WORK TASK: Quote exactly and only this range of lines in the data below: the line that holds "#219=ORIENTED_EDGE('',*,*,#216,.T.);" to the line that holds "#238=FACE_BOUND('',#237,.T.);", both included.

INPUT MATERIAL:
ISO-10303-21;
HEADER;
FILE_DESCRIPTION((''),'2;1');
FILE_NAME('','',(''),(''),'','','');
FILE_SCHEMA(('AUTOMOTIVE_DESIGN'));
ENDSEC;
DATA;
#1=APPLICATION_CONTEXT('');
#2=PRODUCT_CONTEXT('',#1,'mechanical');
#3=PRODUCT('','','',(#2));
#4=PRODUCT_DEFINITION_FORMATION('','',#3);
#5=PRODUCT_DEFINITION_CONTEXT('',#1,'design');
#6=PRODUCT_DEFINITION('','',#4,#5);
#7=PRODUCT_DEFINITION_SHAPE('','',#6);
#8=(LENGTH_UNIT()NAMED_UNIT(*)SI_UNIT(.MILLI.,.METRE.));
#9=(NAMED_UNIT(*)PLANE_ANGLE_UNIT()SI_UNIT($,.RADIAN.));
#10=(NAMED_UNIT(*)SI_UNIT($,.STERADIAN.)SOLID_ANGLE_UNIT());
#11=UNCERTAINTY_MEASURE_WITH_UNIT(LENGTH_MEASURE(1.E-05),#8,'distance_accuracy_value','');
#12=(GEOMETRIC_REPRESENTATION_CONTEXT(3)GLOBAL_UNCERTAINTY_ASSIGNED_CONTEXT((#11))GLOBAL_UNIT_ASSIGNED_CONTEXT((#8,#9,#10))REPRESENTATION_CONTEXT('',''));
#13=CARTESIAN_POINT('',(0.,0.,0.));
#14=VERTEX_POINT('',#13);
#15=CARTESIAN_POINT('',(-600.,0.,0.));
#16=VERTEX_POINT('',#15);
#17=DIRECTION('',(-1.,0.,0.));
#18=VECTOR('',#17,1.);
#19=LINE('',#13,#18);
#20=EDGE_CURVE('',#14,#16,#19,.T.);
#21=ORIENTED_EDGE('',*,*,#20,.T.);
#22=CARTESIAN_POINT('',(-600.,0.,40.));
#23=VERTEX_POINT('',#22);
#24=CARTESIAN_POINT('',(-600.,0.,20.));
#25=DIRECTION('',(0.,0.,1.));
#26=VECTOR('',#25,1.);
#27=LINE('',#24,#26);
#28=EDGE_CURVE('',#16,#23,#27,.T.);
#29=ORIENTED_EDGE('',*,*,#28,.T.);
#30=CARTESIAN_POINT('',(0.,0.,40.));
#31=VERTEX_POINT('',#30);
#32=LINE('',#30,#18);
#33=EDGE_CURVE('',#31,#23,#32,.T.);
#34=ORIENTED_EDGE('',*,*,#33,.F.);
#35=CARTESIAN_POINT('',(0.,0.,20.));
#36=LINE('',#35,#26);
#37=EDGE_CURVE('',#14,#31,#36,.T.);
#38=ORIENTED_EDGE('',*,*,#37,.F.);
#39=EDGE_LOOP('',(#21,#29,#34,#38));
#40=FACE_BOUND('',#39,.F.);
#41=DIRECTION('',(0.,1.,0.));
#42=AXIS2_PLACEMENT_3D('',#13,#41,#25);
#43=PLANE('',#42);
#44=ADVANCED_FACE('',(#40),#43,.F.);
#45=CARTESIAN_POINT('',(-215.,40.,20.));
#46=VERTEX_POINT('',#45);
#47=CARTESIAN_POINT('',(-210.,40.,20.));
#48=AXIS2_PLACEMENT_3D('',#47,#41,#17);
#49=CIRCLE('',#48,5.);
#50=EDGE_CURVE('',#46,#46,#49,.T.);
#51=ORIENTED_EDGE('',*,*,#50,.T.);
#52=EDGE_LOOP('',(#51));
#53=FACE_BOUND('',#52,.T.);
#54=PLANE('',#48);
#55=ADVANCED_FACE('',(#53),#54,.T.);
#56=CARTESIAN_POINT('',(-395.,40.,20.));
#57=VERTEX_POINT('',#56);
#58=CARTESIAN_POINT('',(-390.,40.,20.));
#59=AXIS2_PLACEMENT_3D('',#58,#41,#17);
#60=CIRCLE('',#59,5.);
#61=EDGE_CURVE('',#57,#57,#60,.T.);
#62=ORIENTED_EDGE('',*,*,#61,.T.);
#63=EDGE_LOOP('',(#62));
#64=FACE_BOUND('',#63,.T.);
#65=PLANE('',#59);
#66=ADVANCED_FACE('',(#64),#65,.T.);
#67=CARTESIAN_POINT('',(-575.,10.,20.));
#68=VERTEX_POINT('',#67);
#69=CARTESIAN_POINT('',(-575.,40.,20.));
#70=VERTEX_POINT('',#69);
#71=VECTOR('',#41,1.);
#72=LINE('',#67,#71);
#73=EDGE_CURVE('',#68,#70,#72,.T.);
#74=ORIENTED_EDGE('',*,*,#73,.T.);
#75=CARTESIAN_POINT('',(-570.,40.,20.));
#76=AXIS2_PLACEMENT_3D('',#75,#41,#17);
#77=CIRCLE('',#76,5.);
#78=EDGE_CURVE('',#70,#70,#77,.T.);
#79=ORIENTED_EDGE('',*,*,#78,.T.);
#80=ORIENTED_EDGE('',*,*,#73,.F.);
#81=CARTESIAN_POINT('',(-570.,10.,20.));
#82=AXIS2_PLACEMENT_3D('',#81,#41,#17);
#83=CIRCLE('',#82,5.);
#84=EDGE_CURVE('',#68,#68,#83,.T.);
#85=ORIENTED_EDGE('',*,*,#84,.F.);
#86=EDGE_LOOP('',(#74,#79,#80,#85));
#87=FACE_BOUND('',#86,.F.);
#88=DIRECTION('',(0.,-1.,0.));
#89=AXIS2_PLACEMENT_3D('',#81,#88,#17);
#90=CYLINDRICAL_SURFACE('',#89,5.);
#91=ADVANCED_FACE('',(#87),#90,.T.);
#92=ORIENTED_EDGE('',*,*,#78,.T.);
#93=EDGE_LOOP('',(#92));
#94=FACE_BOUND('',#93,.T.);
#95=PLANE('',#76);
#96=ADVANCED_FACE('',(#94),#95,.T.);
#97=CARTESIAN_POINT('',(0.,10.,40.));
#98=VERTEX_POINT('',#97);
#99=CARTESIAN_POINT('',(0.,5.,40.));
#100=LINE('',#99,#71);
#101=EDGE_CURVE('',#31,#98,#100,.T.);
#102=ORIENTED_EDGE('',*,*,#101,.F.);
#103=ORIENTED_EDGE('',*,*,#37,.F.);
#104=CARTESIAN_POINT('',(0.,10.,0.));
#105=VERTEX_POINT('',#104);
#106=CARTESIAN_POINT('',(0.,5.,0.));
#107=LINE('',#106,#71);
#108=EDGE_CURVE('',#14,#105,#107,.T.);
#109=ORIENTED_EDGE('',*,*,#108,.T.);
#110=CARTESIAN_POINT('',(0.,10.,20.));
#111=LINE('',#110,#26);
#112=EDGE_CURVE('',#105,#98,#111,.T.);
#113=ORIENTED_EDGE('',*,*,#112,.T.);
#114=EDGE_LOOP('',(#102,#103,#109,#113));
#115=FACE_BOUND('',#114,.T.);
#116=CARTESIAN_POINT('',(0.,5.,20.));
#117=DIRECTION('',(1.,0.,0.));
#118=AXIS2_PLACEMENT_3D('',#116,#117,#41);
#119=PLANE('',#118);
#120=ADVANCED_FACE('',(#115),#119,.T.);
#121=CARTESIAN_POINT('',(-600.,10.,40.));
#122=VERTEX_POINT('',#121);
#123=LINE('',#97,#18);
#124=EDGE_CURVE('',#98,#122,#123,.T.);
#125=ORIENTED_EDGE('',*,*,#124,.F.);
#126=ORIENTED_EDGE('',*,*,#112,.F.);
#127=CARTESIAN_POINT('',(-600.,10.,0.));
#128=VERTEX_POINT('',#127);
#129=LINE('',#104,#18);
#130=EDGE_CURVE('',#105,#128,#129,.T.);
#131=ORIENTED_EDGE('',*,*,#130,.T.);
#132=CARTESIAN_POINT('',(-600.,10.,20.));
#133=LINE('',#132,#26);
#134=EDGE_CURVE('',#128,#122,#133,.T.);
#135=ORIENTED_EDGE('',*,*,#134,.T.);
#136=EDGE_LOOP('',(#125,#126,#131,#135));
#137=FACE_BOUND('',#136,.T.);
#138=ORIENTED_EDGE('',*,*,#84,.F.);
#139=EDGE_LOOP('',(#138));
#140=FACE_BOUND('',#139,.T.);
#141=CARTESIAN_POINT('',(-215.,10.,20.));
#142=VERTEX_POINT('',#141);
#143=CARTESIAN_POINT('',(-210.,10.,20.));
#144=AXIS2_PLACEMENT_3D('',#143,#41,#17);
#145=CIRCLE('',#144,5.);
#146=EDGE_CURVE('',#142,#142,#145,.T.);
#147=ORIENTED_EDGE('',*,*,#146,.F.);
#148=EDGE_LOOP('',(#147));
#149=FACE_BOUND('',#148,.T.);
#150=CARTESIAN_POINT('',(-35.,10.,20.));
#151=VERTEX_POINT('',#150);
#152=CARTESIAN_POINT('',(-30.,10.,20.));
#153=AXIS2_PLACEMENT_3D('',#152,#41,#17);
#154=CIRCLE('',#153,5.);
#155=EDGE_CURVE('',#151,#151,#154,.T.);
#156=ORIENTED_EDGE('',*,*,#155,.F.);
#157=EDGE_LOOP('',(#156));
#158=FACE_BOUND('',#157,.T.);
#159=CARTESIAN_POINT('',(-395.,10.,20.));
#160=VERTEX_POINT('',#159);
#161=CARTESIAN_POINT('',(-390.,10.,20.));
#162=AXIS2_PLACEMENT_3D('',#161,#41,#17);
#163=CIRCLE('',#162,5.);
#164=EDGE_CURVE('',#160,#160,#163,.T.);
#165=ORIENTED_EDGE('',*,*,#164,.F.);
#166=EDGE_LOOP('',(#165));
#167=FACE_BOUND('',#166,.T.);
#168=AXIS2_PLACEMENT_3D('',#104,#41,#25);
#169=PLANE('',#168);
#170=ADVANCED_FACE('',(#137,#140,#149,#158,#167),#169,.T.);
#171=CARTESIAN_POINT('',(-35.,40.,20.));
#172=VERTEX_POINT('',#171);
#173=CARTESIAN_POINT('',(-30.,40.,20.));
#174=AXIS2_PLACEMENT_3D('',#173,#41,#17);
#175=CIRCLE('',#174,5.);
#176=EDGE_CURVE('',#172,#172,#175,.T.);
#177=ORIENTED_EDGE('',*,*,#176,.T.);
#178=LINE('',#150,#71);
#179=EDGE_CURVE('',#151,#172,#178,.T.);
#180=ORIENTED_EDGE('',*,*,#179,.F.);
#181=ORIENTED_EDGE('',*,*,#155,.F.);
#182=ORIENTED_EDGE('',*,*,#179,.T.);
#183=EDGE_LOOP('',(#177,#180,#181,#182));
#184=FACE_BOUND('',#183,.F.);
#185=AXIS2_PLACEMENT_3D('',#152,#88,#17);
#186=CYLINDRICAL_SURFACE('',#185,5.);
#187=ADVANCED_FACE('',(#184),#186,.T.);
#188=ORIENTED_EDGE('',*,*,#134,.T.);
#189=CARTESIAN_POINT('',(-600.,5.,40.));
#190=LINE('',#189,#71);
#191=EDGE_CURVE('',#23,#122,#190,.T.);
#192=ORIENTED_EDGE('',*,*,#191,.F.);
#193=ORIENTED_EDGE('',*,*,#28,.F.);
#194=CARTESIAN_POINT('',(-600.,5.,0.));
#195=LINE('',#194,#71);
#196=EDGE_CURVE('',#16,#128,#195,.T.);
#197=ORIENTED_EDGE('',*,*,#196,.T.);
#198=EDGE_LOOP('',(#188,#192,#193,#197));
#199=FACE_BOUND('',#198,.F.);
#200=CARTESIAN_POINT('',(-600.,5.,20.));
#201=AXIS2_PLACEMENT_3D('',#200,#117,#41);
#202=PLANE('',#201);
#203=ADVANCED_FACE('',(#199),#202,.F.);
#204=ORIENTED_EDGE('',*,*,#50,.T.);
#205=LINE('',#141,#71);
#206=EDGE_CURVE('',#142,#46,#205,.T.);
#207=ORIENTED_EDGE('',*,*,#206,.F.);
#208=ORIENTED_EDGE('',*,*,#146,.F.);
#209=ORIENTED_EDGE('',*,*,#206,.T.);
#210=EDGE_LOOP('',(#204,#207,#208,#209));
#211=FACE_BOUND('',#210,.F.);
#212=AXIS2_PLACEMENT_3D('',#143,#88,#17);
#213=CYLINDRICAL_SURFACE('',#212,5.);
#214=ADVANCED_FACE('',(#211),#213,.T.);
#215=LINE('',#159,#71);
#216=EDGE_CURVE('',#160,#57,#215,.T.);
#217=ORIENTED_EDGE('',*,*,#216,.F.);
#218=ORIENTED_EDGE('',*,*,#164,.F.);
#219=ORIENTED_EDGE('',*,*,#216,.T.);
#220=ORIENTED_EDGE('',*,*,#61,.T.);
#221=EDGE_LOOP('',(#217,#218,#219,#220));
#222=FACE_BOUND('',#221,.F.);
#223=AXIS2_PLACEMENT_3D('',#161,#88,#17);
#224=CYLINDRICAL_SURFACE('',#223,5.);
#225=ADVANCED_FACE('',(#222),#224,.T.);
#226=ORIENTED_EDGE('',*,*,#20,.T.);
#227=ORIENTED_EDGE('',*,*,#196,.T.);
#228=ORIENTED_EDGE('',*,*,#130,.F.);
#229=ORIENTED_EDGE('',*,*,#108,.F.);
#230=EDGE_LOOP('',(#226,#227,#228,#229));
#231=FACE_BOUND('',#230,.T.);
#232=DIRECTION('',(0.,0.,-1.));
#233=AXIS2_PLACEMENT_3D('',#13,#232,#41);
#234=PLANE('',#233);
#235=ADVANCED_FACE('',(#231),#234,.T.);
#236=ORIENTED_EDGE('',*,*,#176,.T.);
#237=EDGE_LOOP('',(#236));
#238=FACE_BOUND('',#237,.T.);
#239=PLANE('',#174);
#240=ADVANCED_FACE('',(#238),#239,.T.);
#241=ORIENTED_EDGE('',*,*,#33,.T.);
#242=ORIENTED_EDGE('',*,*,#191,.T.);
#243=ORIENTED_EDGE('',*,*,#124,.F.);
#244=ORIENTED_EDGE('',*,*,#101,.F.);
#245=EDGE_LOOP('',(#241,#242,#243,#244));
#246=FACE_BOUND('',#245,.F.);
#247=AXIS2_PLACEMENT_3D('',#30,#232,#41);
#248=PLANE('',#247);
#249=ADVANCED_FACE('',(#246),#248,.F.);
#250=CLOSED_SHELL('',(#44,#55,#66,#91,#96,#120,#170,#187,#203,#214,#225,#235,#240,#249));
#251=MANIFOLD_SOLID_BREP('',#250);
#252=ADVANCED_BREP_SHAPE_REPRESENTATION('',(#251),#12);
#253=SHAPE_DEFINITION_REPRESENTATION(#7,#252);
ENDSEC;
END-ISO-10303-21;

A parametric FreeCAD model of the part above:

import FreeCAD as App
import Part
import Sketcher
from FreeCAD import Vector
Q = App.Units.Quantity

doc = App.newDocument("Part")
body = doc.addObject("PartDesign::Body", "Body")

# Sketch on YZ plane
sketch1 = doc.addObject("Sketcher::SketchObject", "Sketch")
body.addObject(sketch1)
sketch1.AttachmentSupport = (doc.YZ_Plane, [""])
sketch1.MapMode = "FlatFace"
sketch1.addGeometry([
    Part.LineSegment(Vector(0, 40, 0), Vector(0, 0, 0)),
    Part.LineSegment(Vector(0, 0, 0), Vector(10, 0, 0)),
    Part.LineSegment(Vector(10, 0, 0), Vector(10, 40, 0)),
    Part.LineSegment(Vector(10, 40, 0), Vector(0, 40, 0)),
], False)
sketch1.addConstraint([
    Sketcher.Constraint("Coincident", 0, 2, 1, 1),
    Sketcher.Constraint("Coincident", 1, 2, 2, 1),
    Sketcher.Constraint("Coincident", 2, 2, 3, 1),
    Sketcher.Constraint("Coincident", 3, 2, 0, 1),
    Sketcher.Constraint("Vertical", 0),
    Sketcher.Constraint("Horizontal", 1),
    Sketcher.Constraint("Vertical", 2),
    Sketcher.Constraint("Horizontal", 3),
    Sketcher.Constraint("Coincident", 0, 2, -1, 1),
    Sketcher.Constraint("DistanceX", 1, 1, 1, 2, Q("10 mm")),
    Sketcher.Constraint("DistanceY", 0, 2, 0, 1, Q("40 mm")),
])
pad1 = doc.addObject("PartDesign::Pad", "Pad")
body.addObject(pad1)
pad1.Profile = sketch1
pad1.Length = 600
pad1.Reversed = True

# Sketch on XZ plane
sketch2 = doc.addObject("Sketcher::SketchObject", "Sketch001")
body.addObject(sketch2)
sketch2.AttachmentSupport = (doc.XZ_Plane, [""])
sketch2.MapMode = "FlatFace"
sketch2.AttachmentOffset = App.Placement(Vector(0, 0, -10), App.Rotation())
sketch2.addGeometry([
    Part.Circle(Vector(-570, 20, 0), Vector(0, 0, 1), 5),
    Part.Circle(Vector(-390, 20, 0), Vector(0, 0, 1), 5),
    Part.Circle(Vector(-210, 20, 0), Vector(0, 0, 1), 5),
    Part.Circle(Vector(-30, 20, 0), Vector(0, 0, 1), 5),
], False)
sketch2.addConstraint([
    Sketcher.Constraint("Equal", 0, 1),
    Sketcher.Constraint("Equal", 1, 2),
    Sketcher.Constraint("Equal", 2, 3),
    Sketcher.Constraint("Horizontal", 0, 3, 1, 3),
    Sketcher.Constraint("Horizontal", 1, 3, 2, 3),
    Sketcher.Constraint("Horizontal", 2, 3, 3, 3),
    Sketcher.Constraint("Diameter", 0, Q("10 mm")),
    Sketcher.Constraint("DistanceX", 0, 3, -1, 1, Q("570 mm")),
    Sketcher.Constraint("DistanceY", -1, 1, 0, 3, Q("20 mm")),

YOUR RESPONSE:
#219=ORIENTED_EDGE('',*,*,#216,.T.);
#220=ORIENTED_EDGE('',*,*,#61,.T.);
#221=EDGE_LOOP('',(#217,#218,#219,#220));
#222=FACE_BOUND('',#221,.F.);
#223=AXIS2_PLACEMENT_3D('',#161,#88,#17);
#224=CYLINDRICAL_SURFACE('',#223,5.);
#225=ADVANCED_FACE('',(#222),#224,.T.);
#226=ORIENTED_EDGE('',*,*,#20,.T.);
#227=ORIENTED_EDGE('',*,*,#196,.T.);
#228=ORIENTED_EDGE('',*,*,#130,.F.);
#229=ORIENTED_EDGE('',*,*,#108,.F.);
#230=EDGE_LOOP('',(#226,#227,#228,#229));
#231=FACE_BOUND('',#230,.T.);
#232=DIRECTION('',(0.,0.,-1.));
#233=AXIS2_PLACEMENT_3D('',#13,#232,#41);
#234=PLANE('',#233);
#235=ADVANCED_FACE('',(#231),#234,.T.);
#236=ORIENTED_EDGE('',*,*,#176,.T.);
#237=EDGE_LOOP('',(#236));
#238=FACE_BOUND('',#237,.T.);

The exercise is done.